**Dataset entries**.
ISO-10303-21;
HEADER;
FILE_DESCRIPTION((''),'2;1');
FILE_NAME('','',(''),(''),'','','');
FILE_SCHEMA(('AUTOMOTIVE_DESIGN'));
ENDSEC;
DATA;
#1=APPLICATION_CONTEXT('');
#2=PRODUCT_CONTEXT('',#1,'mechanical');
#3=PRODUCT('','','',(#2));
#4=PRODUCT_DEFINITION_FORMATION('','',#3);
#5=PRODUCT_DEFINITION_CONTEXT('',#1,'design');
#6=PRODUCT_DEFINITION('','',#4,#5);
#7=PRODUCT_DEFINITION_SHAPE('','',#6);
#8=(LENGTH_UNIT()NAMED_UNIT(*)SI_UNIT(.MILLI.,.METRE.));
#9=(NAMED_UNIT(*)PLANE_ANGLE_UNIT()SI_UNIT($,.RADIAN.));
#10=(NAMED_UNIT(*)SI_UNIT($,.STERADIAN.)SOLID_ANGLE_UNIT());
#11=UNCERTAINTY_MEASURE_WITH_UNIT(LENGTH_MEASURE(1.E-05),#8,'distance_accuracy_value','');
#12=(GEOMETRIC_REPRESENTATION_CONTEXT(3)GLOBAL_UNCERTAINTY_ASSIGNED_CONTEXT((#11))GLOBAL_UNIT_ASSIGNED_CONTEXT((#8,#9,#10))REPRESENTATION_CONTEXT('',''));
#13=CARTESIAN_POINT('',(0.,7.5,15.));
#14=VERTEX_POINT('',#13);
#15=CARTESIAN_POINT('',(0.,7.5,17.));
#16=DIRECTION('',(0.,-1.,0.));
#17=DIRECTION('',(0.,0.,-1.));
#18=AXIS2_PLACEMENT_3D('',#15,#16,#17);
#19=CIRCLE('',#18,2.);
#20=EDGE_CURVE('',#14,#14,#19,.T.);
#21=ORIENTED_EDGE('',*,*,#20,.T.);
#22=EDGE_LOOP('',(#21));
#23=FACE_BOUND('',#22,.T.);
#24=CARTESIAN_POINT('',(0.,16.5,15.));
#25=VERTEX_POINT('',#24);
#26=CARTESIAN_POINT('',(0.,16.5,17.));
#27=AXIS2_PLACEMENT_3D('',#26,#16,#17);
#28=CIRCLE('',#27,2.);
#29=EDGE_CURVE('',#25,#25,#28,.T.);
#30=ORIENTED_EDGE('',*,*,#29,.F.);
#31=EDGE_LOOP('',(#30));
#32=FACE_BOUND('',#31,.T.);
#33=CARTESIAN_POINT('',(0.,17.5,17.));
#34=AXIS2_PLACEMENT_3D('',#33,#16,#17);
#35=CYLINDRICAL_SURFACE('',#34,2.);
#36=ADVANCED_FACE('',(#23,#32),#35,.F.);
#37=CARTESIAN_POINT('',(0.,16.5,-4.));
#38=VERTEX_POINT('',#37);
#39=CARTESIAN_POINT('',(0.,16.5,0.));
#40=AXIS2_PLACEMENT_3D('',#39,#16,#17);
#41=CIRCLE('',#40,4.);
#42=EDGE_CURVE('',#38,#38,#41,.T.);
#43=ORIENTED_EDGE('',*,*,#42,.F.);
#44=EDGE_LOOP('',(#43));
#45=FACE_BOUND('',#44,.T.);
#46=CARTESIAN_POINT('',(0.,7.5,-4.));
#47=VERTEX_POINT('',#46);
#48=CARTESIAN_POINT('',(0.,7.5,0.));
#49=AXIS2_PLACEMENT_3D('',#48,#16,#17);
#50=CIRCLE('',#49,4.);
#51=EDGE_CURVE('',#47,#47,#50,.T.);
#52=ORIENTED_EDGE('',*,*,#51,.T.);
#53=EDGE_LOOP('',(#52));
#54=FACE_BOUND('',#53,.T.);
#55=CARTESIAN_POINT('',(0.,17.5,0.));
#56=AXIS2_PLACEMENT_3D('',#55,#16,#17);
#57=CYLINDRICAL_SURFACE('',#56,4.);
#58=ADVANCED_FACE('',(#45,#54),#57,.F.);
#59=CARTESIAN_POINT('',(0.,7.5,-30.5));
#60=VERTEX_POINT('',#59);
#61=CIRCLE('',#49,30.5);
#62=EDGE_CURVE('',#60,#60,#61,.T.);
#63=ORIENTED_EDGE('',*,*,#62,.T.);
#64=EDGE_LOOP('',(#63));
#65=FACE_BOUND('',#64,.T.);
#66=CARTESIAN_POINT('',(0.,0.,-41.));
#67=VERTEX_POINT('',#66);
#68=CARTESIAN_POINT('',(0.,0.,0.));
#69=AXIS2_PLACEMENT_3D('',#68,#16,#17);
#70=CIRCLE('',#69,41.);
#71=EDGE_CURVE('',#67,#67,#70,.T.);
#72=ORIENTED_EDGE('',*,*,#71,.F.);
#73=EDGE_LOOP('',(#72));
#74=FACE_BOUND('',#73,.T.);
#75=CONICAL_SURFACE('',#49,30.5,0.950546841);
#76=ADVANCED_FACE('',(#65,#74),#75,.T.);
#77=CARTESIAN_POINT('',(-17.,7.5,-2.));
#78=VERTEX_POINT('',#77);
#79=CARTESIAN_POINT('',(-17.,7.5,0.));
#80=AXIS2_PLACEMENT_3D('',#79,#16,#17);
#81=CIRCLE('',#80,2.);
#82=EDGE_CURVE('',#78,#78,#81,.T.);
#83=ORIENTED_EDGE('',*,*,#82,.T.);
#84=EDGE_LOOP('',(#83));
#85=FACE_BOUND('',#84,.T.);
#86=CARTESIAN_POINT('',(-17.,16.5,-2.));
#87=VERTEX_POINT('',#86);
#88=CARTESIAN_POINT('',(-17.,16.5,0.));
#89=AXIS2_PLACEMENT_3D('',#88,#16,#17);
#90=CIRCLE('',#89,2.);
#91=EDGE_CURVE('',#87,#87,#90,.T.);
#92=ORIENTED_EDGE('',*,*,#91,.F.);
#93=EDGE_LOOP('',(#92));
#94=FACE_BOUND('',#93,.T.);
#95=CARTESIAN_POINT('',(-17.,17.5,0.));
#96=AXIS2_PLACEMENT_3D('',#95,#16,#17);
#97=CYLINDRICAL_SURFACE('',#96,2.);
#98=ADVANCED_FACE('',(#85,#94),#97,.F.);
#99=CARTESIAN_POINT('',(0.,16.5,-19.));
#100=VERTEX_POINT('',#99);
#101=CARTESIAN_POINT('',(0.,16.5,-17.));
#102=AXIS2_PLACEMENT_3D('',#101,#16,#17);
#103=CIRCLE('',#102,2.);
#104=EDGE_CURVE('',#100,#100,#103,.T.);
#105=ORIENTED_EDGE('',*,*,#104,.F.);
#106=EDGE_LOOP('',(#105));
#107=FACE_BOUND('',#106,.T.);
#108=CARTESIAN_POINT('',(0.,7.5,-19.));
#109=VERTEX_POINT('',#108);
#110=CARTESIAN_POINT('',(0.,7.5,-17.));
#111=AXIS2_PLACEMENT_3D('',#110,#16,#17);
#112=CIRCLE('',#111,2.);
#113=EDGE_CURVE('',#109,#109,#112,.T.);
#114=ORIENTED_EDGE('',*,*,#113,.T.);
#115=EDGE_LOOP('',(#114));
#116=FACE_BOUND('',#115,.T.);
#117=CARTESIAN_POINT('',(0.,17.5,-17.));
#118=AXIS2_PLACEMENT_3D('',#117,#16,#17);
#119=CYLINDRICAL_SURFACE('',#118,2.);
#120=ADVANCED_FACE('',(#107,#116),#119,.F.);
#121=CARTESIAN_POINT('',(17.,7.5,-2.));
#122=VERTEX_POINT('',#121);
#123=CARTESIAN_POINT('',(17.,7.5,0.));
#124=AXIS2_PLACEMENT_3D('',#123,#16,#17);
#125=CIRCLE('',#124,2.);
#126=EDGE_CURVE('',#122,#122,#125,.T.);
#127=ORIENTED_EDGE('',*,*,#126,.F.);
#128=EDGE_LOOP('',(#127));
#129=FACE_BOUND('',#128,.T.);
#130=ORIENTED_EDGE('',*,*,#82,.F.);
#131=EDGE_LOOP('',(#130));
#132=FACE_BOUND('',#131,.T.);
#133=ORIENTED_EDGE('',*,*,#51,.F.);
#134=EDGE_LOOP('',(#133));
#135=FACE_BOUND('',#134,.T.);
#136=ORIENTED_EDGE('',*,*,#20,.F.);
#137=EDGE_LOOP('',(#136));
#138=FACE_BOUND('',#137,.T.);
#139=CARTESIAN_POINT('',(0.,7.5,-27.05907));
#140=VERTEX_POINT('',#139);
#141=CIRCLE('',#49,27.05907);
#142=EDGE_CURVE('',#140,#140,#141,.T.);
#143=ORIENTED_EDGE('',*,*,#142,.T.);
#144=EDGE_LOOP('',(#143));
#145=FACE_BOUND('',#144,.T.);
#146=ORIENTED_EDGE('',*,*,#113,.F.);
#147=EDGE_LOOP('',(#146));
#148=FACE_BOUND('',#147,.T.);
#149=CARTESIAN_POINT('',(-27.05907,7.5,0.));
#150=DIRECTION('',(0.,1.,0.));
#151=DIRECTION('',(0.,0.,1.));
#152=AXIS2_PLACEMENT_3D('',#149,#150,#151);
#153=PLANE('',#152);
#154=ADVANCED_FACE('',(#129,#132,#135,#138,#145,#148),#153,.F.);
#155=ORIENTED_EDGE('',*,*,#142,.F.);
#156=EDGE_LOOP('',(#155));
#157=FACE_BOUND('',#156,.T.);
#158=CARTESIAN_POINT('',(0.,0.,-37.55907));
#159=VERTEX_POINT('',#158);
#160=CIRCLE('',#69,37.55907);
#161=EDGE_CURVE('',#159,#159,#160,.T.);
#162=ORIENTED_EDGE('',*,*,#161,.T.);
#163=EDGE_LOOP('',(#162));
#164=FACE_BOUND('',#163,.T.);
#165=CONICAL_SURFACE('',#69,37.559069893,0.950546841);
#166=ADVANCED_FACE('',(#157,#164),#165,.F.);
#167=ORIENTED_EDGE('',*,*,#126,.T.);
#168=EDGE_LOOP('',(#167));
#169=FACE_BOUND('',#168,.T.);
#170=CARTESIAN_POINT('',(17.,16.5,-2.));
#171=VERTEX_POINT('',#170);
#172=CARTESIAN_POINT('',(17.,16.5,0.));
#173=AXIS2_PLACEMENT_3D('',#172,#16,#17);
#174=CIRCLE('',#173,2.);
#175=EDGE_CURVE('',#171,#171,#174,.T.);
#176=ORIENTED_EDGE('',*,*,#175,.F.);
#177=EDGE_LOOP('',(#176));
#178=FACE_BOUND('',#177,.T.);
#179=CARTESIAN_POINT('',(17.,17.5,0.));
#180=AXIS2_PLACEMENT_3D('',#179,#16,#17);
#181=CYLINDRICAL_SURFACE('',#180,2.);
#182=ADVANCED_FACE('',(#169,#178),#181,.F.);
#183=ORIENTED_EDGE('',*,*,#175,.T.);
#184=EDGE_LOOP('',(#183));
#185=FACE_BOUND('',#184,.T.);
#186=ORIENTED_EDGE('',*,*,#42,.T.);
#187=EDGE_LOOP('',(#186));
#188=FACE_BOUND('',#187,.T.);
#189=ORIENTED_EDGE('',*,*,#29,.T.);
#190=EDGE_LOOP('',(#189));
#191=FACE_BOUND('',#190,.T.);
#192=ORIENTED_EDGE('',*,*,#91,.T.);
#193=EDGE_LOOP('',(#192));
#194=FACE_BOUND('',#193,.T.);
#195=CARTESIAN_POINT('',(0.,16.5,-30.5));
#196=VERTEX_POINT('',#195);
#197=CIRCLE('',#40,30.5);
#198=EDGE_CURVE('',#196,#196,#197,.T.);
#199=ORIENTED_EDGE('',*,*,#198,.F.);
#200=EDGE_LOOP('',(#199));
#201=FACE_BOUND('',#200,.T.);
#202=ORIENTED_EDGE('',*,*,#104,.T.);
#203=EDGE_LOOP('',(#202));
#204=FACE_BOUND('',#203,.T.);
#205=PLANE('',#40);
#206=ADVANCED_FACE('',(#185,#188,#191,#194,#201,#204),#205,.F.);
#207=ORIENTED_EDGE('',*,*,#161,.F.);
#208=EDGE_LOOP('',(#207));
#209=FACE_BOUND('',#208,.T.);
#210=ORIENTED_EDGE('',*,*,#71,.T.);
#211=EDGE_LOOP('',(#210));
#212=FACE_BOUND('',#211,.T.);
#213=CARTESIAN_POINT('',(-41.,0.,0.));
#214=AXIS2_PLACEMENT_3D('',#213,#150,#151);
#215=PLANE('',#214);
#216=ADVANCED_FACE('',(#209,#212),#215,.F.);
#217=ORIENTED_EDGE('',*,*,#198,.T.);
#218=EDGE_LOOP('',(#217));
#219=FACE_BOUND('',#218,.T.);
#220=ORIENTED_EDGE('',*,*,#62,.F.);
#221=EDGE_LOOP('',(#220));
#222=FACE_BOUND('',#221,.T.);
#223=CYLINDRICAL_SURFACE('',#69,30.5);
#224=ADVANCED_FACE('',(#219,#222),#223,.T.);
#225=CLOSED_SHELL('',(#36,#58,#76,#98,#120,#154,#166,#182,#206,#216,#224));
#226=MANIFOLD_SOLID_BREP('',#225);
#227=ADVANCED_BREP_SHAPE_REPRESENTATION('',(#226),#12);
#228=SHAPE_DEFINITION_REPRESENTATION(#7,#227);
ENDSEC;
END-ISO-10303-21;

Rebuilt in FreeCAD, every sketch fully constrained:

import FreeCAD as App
import Part
import Sketcher


def add_polygon(sketch, points):
    """Adds a closed chain of lines whose ends are joined by coincident constraints."""
    first, n = sketch.GeometryCount, len(points)
    for a, b in zip(points, points[1:] + points[:1]):
        sketch.addGeometry(Part.LineSegment(App.Vector(*a, 0), App.Vector(*b, 0)), False)
    for i in range(n):
        sketch.addConstraint(Sketcher.Constraint("Coincident", first + i, 2, first + (i + 1) % n, 1))

doc = App.newDocument("Part")
body = doc.addObject("PartDesign::Body", "Body")

sketch1 = body.newObject("Sketcher::SketchObject", "Sketch")
sketch1.AttachmentSupport = (doc.getObject("XY_Plane"), [""])
sketch1.MapMode = "FlatFace"
add_polygon(sketch1, [(0, 16.5), (-30.5, 16.5), (-30.5, 7.5), (-41, 0), (-37.6, 0), (-27.1, 7.5), (0, 7.5)])
sketch1.addConstraint(Sketcher.Constraint("Horizontal", 0))
sketch1.addConstraint(Sketcher.Constraint("Vertical", 1))
sketch1.addConstraint(Sketcher.Constraint("Horizontal", 3))
sketch1.addConstraint(Sketcher.Constraint("Horizontal", 5))
sketch1.addConstraint(Sketcher.Constraint("Vertical", 6))
sketch1.addConstraint(Sketcher.Constraint("PointOnObject", 2, 2, -1))
sketch1.addConstraint(Sketcher.Constraint("PointOnObject", 5, 2, -2))
sketch1.addConstraint(Sketcher.Constraint("Parallel", 2, 4))
sketch1.addConstraint(Sketcher.Constraint("Horizontal", 1, 2, 4, 2))
sketch1.addConstraint(Sketcher.Constraint("DistanceY", 1, 2, 1, 1, 9.0))
sketch1.addConstraint(Sketcher.Constraint("DistanceX", 0, 2, 0, 1, 30.5))
sketch1.addConstraint(Sketcher.Constraint("DistanceX", 2, 2, -1, 1, 41.0))
sketch1.addConstraint(Sketcher.Constraint("DistanceY", -1, 1, 0, 2, 16.5))
sketch1.addConstraint(Sketcher.Constraint("DistanceX", 3, 1, 3, 2, 3.44093))
revolution = body.newObject("PartDesign::Revolution", "Revolution")
revolution.Profile = sketch1
revolution.ReferenceAxis = (sketch1, ["V_Axis"])
revolution.Angle = 360

sketch2 = body.newObject("Sketcher::SketchObject", "Sketch001")
sketch2.AttachmentSupport = (doc.getObject("XZ_Plane"), [""])
sketch2.MapMode = "FlatFace"
sketch2.AttachmentOffset = App.Placement(App.Vector(0, 0, -7.5), App.Rotation())
sketch2.addGeometry(Part.Circle(App.Vector(0, 0, 0), App.Vector(0, 0, 1), 4), False)
sketch2.addGeometry(Part.Circle(App.Vector(0, 17, 0), App.Vector(0, 0, 1), 2), False)
sketch2.addGeometry(Part.Circle(App.Vector(17, 0, 0), App.Vector(0, 0, 1), 2), False)
sketch2.addGeometry(Part.Circle(App.Vector(0, -17, 0), App.Vector(0, 0, 1), 2), False)
sketch2.addGeometry(Part.Circle(App.Vector(-17, 0, 0), App.Vector(0, 0, 1), 2), False)
sketch2.addConstraint(Sketcher.Constraint("Coincident", 0, 3, -1, 1))
sketch2.addConstraint(Sketcher.Constraint("Equal", 1, 2))
sketch2.addConstraint(Sketcher.Constraint("Equal", 2, 3))
sketch2.addConstraint(Sketcher.Constraint("Equal", 3, 4))
sketch2.addConstraint(Sketcher.Constraint("Symmetric", 1, 3, 3, 3, -1, 1))
sketch2.addConstraint(Sketcher.Constraint("Symmetric", 2, 3, 4, 3, -1, 1))
sketch2.addConstraint(Sketcher.Constraint("PointOnObject", 1, 3, -2))
sketch2.addConstraint(Sketcher.Constraint("PointOnObject", 2, 3, -1))
sketch2.addConstraint(Sketcher.Constraint("Diameter", 0, 8.0))
sketch2.addConstraint(Sketcher.Constraint("Diameter", 1, 4.0))
sketch2.addConstraint(Sketcher.Constraint("DistanceY", -1, 1, 1, 3, 17.0))
sketch2.addConstraint(Sketcher.Constraint("DistanceX", -1, 1, 2, 3, 17.0))
pocket1 = body.newObject("PartDesign::Pocket", "Pocket")
pocket1.Profile = sketch2
pocket1.Length = 10

doc.recompute()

**Problem statement**.
Take the line above containing "#104=EDGE_CURVE('',#100,#100,#103,.T.);", the line containing "#147=EDGE_LOOP('',(#146));", and all lines in between, and copy them exactly without anything else.

**Completed task**.
#104=EDGE_CURVE('',#100,#100,#103,.T.);
#105=ORIENTED_EDGE('',*,*,#104,.F.);
#106=EDGE_LOOP('',(#105));
#107=FACE_BOUND('',#106,.T.);
#108=CARTESIAN_POINT('',(0.,7.5,-19.));
#109=VERTEX_POINT('',#108);
#110=CARTESIAN_POINT('',(0.,7.5,-17.));
#111=AXIS2_PLACEMENT_3D('',#110,#16,#17);
#112=CIRCLE('',#111,2.);
#113=EDGE_CURVE('',#109,#109,#112,.T.);
#114=ORIENTED_EDGE('',*,*,#113,.T.);
#115=EDGE_LOOP('',(#114));
#116=FACE_BOUND('',#115,.T.);
#117=CARTESIAN_POINT('',(0.,17.5,-17.));
#118=AXIS2_PLACEMENT_3D('',#117,#16,#17);
#119=CYLINDRICAL_SURFACE('',#118,2.);
#120=ADVANCED_FACE('',(#107,#116),#119,.F.);
#121=CARTESIAN_POINT('',(17.,7.5,-2.));
#122=VERTEX_POINT('',#121);
#123=CARTESIAN_POINT('',(17.,7.5,0.));
#124=AXIS2_PLACEMENT_3D('',#123,#16,#17);
#125=CIRCLE('',#124,2.);
#126=EDGE_CURVE('',#122,#122,#125,.T.);
#127=ORIENTED_EDGE('',*,*,#126,.F.);
#128=EDGE_LOOP('',(#127));
#129=FACE_BOUND('',#128,.T.);
#130=ORIENTED_EDGE('',*,*,#82,.F.);
#131=EDGE_LOOP('',(#130));
#132=FACE_BOUND('',#131,.T.);
#133=ORIENTED_EDGE('',*,*,#51,.F.);
#134=EDGE_LOOP('',(#133));
#135=FACE_BOUND('',#134,.T.);
#136=ORIENTED_EDGE('',*,*,#20,.F.);
#137=EDGE_LOOP('',(#136));
#138=FACE_BOUND('',#137,.T.);
#139=CARTESIAN_POINT('',(0.,7.5,-27.05907));
#140=VERTEX_POINT('',#139);
#141=CIRCLE('',#49,27.05907);
#142=EDGE_CURVE('',#140,#140,#141,.T.);
#143=ORIENTED_EDGE('',*,*,#142,.T.);
#144=EDGE_LOOP('',(#143));
#145=FACE_BOUND('',#144,.T.);
#146=ORIENTED_EDGE('',*,*,#113,.F.);
#147=EDGE_LOOP('',(#146));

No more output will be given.